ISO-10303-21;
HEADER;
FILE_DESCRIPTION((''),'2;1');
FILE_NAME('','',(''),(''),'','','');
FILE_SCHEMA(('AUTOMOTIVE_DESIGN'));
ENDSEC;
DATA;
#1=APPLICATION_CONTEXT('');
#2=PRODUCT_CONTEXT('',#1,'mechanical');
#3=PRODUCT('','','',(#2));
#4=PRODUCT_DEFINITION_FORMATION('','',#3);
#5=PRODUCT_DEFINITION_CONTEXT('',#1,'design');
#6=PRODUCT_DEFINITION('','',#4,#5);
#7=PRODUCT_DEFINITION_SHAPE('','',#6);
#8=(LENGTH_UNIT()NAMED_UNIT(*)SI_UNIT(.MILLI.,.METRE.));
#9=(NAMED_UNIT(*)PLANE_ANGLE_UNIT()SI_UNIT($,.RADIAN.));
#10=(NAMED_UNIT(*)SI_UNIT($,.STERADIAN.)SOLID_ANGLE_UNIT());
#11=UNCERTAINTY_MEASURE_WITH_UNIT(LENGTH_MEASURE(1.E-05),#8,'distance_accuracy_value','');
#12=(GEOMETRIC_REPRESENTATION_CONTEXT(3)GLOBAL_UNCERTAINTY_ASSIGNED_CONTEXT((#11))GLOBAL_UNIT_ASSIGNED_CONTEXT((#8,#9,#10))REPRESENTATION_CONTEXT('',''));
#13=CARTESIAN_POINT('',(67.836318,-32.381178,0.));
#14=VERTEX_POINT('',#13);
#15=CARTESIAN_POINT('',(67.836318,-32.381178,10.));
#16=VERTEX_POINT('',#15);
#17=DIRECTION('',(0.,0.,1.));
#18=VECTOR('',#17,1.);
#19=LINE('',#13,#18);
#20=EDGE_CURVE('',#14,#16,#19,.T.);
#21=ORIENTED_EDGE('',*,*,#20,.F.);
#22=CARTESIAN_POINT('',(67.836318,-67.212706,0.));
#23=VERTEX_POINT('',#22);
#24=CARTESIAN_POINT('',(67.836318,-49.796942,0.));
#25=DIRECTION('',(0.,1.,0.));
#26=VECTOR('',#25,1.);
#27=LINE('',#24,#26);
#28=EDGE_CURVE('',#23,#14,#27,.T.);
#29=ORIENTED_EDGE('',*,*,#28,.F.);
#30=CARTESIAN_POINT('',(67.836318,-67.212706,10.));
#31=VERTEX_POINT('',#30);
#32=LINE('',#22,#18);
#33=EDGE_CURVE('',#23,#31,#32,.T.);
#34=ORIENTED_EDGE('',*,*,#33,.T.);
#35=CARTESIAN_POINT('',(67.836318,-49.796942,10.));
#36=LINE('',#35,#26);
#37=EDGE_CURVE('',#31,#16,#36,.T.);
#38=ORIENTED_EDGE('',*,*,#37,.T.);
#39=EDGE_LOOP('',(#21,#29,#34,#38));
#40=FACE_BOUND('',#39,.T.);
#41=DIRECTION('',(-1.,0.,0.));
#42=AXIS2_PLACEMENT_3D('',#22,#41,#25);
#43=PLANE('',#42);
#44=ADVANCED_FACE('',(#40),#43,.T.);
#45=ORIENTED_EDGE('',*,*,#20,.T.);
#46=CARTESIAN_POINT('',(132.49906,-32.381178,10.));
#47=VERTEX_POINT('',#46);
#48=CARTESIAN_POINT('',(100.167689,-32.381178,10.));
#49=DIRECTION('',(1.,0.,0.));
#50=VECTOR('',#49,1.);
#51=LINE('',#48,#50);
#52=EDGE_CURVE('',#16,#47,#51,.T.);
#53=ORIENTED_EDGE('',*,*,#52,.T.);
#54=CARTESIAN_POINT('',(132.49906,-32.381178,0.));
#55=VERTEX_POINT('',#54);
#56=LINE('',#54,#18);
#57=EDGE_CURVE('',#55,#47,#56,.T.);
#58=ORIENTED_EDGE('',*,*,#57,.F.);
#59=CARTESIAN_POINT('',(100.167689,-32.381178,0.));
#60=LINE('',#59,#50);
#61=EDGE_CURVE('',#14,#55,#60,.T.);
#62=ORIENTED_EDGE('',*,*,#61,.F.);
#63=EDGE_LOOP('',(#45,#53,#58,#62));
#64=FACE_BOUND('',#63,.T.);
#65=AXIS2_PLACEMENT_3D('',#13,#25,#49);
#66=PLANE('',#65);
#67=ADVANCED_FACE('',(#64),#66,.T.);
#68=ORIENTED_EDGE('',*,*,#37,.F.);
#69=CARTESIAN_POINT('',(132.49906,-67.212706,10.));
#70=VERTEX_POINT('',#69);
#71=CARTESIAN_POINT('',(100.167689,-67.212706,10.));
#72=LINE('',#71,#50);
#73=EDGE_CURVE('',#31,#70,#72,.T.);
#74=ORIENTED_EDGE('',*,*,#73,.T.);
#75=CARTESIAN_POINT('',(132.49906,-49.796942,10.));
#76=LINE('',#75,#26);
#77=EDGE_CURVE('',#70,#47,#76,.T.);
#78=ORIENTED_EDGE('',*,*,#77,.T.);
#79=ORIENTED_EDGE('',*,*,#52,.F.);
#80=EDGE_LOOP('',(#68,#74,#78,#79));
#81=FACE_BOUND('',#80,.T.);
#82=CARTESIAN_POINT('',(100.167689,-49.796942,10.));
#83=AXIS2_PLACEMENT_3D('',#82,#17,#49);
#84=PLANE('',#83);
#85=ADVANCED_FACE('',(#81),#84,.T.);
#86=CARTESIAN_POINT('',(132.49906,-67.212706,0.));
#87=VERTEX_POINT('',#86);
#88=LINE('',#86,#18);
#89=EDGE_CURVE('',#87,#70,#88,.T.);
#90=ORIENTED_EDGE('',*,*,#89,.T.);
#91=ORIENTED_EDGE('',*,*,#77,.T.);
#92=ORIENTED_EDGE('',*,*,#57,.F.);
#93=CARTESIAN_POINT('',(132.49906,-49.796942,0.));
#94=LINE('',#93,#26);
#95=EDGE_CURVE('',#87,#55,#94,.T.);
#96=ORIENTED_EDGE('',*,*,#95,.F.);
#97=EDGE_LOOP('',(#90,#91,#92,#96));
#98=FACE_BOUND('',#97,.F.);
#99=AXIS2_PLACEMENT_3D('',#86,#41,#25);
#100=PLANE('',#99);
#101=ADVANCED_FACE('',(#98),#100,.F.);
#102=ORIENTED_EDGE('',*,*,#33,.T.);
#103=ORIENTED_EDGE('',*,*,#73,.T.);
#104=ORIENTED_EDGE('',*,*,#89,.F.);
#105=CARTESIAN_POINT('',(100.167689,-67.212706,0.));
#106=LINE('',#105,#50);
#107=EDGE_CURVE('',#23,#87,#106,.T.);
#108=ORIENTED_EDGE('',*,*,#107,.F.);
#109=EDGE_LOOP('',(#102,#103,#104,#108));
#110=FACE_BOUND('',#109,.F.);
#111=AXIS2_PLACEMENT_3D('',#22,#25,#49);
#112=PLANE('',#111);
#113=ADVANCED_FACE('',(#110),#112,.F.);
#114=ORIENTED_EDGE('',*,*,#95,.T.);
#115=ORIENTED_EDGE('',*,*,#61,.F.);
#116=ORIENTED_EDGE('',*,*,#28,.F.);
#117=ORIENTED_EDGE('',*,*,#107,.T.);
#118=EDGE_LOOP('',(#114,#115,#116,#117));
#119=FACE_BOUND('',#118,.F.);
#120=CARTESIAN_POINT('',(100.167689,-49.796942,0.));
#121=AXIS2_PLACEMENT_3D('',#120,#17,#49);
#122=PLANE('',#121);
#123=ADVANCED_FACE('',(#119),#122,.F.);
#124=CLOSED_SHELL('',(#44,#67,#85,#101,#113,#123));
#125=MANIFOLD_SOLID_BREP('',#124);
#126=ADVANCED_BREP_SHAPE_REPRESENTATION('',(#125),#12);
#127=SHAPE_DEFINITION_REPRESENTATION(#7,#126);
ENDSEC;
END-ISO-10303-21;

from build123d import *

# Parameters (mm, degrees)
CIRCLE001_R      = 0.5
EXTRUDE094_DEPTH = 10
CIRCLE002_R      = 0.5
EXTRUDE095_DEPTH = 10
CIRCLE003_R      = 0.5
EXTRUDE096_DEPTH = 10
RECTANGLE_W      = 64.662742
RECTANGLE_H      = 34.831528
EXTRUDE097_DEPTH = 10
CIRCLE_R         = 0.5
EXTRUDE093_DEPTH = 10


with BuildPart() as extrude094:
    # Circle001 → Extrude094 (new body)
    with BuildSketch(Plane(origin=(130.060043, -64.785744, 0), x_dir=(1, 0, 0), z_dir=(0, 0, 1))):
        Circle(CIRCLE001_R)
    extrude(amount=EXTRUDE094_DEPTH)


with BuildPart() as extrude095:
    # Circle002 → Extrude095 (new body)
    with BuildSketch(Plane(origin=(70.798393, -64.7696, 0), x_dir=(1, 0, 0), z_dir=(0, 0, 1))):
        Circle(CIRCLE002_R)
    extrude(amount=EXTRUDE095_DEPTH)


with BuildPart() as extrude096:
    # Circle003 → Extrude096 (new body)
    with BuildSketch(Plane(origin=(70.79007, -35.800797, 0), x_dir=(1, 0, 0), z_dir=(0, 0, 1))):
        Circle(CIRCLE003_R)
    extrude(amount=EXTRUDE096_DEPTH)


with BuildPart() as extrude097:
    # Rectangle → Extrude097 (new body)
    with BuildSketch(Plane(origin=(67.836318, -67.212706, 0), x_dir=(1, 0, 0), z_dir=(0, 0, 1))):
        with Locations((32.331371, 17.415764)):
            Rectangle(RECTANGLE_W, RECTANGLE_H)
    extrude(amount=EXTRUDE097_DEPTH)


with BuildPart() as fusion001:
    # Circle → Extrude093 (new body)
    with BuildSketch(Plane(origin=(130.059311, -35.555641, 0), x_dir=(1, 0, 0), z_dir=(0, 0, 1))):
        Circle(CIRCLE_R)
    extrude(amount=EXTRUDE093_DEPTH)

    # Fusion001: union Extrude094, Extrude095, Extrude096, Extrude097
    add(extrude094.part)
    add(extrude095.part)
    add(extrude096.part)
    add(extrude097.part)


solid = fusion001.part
-------------------------
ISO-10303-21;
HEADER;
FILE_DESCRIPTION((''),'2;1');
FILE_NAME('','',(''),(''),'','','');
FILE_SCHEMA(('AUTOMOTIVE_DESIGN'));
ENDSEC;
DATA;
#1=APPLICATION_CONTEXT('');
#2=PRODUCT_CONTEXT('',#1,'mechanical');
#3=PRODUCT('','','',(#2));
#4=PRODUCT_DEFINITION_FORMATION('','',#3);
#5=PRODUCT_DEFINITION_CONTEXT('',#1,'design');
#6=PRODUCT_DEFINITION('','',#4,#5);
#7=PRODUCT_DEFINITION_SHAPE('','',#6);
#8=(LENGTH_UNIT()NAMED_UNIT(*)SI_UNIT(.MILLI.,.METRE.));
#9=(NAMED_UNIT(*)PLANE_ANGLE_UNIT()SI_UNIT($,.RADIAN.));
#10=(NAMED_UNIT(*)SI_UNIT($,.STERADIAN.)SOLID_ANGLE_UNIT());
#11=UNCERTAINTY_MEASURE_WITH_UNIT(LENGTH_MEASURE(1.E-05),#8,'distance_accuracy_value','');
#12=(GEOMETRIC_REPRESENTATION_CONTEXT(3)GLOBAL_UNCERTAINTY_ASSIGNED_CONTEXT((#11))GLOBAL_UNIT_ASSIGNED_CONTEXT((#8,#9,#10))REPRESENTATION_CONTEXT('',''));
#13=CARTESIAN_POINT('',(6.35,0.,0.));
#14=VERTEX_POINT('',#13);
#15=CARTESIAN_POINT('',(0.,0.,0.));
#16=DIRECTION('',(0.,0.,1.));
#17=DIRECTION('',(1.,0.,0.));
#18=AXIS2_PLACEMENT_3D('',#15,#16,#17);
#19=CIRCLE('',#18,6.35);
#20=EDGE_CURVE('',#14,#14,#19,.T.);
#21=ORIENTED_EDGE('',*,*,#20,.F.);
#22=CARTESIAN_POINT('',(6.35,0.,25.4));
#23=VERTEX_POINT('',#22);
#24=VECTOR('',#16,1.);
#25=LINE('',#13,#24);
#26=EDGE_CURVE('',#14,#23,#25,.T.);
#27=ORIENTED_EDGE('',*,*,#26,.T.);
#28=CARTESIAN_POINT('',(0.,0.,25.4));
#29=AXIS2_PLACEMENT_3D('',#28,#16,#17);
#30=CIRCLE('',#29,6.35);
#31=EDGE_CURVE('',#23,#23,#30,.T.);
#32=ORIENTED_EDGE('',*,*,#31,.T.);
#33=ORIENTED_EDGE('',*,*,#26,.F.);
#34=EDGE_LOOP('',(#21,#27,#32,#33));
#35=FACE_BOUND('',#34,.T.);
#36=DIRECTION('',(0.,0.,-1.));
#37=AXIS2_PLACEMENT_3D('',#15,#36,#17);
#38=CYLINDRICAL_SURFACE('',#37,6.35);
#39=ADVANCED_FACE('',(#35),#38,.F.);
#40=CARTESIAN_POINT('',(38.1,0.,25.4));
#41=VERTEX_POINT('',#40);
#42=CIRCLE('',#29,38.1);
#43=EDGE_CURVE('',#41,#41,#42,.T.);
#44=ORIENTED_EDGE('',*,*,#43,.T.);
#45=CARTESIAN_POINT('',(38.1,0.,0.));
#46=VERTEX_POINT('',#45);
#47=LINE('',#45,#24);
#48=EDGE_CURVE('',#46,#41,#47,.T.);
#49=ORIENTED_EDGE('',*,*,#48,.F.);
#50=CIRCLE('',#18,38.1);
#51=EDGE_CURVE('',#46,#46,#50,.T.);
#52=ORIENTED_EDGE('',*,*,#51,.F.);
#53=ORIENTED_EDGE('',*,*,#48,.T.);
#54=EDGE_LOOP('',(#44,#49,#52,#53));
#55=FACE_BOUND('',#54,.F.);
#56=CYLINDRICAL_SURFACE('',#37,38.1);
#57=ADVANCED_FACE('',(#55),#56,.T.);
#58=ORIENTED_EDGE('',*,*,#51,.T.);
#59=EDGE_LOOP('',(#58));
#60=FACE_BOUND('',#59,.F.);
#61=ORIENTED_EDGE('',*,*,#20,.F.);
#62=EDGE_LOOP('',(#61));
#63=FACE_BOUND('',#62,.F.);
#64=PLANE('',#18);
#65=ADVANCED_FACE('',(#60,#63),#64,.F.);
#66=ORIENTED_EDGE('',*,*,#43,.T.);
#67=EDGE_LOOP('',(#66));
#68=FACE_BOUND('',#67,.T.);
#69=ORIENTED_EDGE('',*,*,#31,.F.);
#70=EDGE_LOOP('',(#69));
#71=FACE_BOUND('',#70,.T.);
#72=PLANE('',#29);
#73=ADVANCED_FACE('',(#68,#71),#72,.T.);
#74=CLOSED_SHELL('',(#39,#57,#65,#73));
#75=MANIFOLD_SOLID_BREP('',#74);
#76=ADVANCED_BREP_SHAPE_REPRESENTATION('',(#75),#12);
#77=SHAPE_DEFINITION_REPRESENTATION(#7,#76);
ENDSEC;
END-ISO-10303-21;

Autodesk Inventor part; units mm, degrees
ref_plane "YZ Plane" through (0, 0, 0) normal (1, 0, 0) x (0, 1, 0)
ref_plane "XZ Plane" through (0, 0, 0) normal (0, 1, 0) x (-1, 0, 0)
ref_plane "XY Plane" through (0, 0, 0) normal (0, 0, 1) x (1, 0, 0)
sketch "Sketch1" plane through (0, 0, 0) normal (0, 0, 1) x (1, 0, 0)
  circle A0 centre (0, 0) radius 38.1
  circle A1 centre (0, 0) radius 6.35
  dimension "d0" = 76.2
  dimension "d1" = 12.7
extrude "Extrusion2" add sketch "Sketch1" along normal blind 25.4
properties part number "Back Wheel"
-------------------------
## YOUR GOAL
Copy each line of the listing that contains "VECTOR".

## ANSWER SPACE
#18=VECTOR('',#17,1.);
#26=VECTOR('',#25,1.);
#50=VECTOR('',#49,1.);
#24=VECTOR('',#16,1.);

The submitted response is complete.